A point-counterpoint about what Matt Harvey's injury means.

Noah K. Murray-USA TODAY Sports

Point: The Mets are built for 2015 anyway

The Mets weren't going anywhere in 2014. They weren't going to ride Matt Harvey to a miracle World Series run. So if it had to happen -- if there was always a ticking timer in Harvey's elbow -- this timing was almost fortuitous. Zack Wheeler still needs to refine his control. Noah Syndergaard is still a couple of days away from his 21st birthday, so it's probably not fair to project top-of-the-rotation dominance from him right away. Jenrry Mejia could use another season to stretch out after his Tommy John surgery and bone-spur surgery.

And when that's all done coalescing, Harvey will return. The odds are good that he'll be the same pitcher eventually. He'll join a young rotation with the experience and chops necessary to contend in the NL East. If the Mets find some complementary hitters around David Wright, they'll be a force.

It's a shame that Harvey is injured. But if it had to happen, if there was no choice, it's better now than later, when the Mets might have a shot at this thing. When the Mets are ready, maybe Harvey will be, too.

Counterpoint: But I liked watching Matt Harvey pitch, you ass

You ass. You unconscionable, inconsiderate ass. I liked watching Matt Harvey pitch. In baseball games. I liked watching Matt Harvey pitch in baseball games. It was one of the highlights of my week. It was the highlight of the week for a lot of baseball fans. He was one of the best stories of the season, good Mets team or bad. And now he's broken.

I'm not a Mets fan, so maybe it's too easy for me to dismiss the talk about "windows" and "success cycles" when it's not my team. But I have a pretty good imagination. And I can imagine what I'd be thinking if I were a Mets fan. It wouldn't have anything to do with the 2015 resurgence, or the 2016 Mets championship that's still in play.

It would be all about this: Dammit, dammit so much, now I don't to get watch Harvey pitch. Who cares about 2015? Dammit, dammit so much.

That's my best guess, anyway. It's so easy to get caught in a binary trap with baseball teams. Make the playoffs? Successful. Don't make the playoffs? Failure. Win the World Series? Successful. Anything else? Failure. I get caught up in it, too, every year. When the Giants were going right with Barry Bonds in the late-'90s and early-'00s, every season ended with one of those descriptions of failure. It was always a long offseason of moping and what-ifs.
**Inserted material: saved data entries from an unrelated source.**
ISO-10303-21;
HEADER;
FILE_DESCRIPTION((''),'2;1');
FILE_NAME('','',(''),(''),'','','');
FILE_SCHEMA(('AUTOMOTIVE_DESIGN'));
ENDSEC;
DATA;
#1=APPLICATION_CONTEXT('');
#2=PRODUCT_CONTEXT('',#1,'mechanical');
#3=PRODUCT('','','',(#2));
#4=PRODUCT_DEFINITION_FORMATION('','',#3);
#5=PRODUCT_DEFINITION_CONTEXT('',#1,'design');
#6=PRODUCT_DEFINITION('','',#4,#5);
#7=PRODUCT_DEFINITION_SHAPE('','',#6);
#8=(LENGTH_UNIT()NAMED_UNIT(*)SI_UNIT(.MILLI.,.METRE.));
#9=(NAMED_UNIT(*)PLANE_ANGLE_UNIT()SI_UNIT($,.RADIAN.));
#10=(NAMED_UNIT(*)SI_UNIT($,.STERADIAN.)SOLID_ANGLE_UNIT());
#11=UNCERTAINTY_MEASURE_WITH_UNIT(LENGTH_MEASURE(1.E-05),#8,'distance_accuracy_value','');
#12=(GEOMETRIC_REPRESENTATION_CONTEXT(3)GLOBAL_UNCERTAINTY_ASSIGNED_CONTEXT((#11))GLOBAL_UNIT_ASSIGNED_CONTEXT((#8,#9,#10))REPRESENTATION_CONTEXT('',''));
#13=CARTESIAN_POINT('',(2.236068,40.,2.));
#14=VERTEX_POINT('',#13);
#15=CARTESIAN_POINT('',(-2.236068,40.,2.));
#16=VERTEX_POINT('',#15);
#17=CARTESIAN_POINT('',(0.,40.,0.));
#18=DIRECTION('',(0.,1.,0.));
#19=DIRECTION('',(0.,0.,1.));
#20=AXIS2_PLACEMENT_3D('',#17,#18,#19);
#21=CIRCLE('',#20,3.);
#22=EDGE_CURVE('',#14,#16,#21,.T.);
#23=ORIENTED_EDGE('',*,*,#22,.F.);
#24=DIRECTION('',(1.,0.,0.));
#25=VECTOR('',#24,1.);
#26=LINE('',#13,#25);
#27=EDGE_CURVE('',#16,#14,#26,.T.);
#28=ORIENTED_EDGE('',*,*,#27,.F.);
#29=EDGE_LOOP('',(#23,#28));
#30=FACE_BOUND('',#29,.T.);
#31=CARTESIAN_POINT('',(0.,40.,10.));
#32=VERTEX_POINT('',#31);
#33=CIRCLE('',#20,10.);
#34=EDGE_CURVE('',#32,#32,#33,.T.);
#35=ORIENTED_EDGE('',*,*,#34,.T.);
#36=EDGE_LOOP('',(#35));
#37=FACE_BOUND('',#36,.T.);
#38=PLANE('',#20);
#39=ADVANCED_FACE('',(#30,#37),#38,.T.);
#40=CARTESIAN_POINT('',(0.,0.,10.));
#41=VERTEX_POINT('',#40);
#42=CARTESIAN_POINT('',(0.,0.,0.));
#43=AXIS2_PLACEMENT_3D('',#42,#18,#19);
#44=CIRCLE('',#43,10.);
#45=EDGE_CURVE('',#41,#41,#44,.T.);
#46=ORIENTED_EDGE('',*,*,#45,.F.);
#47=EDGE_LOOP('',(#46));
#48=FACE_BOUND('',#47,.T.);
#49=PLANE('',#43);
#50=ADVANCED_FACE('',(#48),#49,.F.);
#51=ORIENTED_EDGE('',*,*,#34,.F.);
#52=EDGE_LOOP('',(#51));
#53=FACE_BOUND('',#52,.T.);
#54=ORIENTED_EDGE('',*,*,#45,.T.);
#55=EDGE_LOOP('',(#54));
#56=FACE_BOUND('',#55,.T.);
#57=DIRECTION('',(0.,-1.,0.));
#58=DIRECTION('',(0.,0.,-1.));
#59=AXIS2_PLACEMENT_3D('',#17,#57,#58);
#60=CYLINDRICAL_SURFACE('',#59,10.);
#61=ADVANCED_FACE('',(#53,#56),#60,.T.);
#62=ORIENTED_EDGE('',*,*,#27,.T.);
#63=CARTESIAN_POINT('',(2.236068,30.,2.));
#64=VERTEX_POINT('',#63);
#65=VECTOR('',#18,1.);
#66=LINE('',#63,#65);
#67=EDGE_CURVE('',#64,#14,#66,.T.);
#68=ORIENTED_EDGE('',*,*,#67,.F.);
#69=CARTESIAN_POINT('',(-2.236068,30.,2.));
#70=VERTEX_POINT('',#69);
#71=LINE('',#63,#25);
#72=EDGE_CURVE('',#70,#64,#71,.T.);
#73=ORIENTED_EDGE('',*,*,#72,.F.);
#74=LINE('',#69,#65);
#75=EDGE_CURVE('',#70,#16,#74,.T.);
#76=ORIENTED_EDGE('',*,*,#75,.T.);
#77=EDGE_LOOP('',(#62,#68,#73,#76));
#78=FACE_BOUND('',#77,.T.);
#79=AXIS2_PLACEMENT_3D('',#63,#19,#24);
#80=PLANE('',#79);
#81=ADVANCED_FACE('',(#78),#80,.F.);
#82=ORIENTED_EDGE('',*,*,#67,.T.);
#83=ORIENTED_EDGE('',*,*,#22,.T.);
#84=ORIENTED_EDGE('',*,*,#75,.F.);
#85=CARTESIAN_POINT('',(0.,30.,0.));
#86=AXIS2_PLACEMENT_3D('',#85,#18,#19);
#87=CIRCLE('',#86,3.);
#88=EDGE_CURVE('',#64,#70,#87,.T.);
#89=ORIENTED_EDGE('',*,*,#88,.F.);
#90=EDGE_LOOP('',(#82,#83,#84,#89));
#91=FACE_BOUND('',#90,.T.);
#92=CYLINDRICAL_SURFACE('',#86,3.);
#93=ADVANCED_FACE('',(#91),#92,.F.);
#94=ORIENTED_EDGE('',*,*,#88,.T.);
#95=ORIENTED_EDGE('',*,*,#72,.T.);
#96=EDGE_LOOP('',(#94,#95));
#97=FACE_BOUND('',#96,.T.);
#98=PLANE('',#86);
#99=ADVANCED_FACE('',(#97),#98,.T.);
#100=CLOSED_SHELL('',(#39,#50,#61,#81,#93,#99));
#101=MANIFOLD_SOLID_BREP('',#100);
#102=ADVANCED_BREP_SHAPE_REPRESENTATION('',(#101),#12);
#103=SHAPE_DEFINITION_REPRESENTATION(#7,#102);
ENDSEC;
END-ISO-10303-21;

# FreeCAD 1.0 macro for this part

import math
import FreeCAD as App
import Part
import Sketcher

V = App.Vector

doc = App.newDocument("Part")
params = doc.addObject("Spreadsheet::Sheet", "Params")
for row, (alias, value) in enumerate([
    ("sketch1_diameter", "20 mm"),
    ("pad1_length", "40 mm"),
    ("sketch2_radius", "3 mm"),
    ("pocket1_length", "10 mm"),
], start=1):
    params.set(f"A{row}", alias)
    params.set(f"B{row}", "=" + value)
    params.setAlias(f"B{row}", alias)

body = doc.addObject("PartDesign::Body", "Body")

sketch1 = body.newObject("Sketcher::SketchObject", "Sketch")
sketch1.AttachmentSupport = (doc.getObject("XZ_Plane"), [""])
sketch1.MapMode = "FlatFace"
sketch1.addGeometry(Part.Circle(V(0, 0, 0), V(0, 0, 1), 10), False)
sketch1.addConstraint(Sketcher.Constraint("Coincident", 0, 3, -1, 1))
sketch1.addConstraint(Sketcher.Constraint("Diameter", 0, 20.0))
sketch1.setExpression("Constraints[1]", "Params.sketch1_diameter")
pad1 = body.newObject("PartDesign::Pad", "Pad")
pad1.Profile = sketch1
pad1.setExpression("Length", "Params.pad1_length")
pad1.Reversed = True

sketch2 = body.newObject("Sketcher::SketchObject", "Sketch001")
sketch2.AttachmentSupport = (doc.getObject("XZ_Plane"), [""])
sketch2.MapMode = "FlatFace"
sketch2.AttachmentOffset = App.Placement(V(0, 0, -40), App.Rotation())
sketch2.addGeometry(Part.LineSegment(V(-2.2, 2, 0), V(2.2, 2, 0)), False)
sketch2.addGeometry(Part.ArcOfCircle(Part.Circle(V(0, 0, 0), V(0, 0, 1), 3), math.radians(138), math.radians(402)), False)
sketch2.addConstraint(Sketcher.Constraint("Coincident", 0, 1, 1, 1))
sketch2.addConstraint(Sketcher.Constraint("Coincident", 1, 2, 0, 2))
sketch2.addConstraint(Sketcher.Constraint("Horizontal", 0))
sketch2.addConstraint(Sketcher.Constraint("Coincident", 1, 3, -1, 1))
sketch2.addConstraint(Sketcher.Constraint("Radius", 1, 3.0))
sketch2.addConstraint(Sketcher.Constraint("DistanceY", -1, 1, 0, 1, 2.0))
sketch2.setExpression("Constraints[4]", "Params.sketch2_radius")
pocket1 = body.newObject("PartDesign::Pocket", "Pocket")
pocket1.Profile = sketch2
pocket1.setExpression("Length", "Params.pocket1_length")
pocket1.Reversed = True

doc.recompute()
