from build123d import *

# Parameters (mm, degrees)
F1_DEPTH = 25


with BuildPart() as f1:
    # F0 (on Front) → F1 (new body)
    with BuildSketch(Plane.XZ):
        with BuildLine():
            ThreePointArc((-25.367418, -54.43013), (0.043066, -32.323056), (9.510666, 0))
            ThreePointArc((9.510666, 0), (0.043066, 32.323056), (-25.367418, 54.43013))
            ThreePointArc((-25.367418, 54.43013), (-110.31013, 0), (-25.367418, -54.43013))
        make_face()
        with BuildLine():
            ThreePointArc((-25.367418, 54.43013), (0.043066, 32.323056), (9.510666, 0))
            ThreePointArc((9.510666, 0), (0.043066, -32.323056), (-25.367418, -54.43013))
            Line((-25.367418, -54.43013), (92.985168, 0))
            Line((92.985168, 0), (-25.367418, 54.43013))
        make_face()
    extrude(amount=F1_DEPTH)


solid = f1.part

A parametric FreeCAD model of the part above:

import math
import FreeCAD as App
import Part
import Sketcher

doc = App.newDocument("Part")
body = doc.addObject("PartDesign::Body", "Body")

sketch1 = doc.addObject("Sketcher::SketchObject", "Sketch")
body.addObject(sketch1)
sketch1.AttachmentSupport = (doc.XZ_Plane, [""])
sketch1.MapMode = "FlatFace"
sketch1.addGeometry([
    Part.ArcOfCircle(Part.Circle(App.Vector(-50.399732, 0, 0), App.Vector(0, 0, 1), 59.910398), math.radians(65.302388), math.radians(294.697612)),
    Part.LineSegment(App.Vector(-25.367418, -54.43013, 0), App.Vector(92.985168, 0, 0)),
    Part.LineSegment(App.Vector(92.985168, 0, 0), App.Vector(-25.367418, 54.43013, 0)),
], False)
sketch1.addConstraint([
    Sketcher.Constraint("Tangent", 0, 2, 1, 1),
    Sketcher.Constraint("Coincident", 1, 2, 2, 1),
    Sketcher.Constraint("Tangent", 2, 2, 0, 1),
    Sketcher.Constraint("Symmetric", 0, 2, 2, 2, -1),
    Sketcher.Constraint("Radius", 0, 59.910398),
    Sketcher.Constraint("DistanceX", 0, 3, 1, 2, 143.3849),
    Sketcher.Constraint("DistanceX", 0, 3, -1, 1, 50.399732),
])
pad1 = doc.addObject("PartDesign::Pad", "Pad")
body.addObject(pad1)
pad1.Profile = sketch1
pad1.Length = 25

doc.recompute()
Very rarely did I stop to think, wow, I'm literally watching one of the most ridiculous hitters of all-time every day. If I did stop to think that, it wasn't often enough.

And in 2005, when Bonds had knee surgery that would keep him out for almost the entire season, everything melted. No, the Giants weren't supposed to be good that season. But, hot damn, I liked watching Barry Bonds play baseball. He made the game better, and not just the wins and losses. He made baseball better, aesthetically. He made everything better. Beer was more refreshing. Hot dogs didn't have the same raccoon taste to them. The prizes in the Cracker Jack were more fun.

The 2005 season was a horrible season, then. Not just because of the 75-87 record and the third-place finish, but because there wasn't enough Bonds. Not enough Bonds contributed to that 75-87 record, too. It was a vicious cycle.

For some reason, I don't think Mets fans really needed to stop and think about what Harvey meant, or how enjoyable his starts were. For the first time in years, the Mets had baseball worth setting a timer for. Part of the fun was daydreaming about what the Harvey/Wheeler/Syndergaard troika could accomplish, sure, but it didn't need to be that forward-thinking. For two or three hours every five days, Mets fans could watch Matt Harvey be better at baseball than his peers. It didn't need to get more complicated than that.

Still, my first instinct was something like, "Oh, no, the Mets were building something so nice over there." I started thinking about 2014 and 2015, which inspired ol' Point up there. That was going to be the obvious, terrible point of the article. Then it became obvious that the real problem was fewer Matt Harvey starts, not necessarily fewer Matt Harvey wins (though there's obviously a correlation). Harvey makes watching Mets games better. Assuming that rest isn't enough to take care of the torn UCL, which it probably won't be, there won't be Harvey on the mound for another year, at least.

That's too long. It means there's going to be one fewer season of Harvey in general. At the bottom of the Baseball-Reference.com page, it's going to read "15 seasons" instead of "16 seasons," or "9 seasons" instead of "10 seasons." Everything else is incidental.

Ugh. I hate the human body. It's the biggest reason I've let myself go. Take that, you judgmental brain caddy. Think you're better than me ...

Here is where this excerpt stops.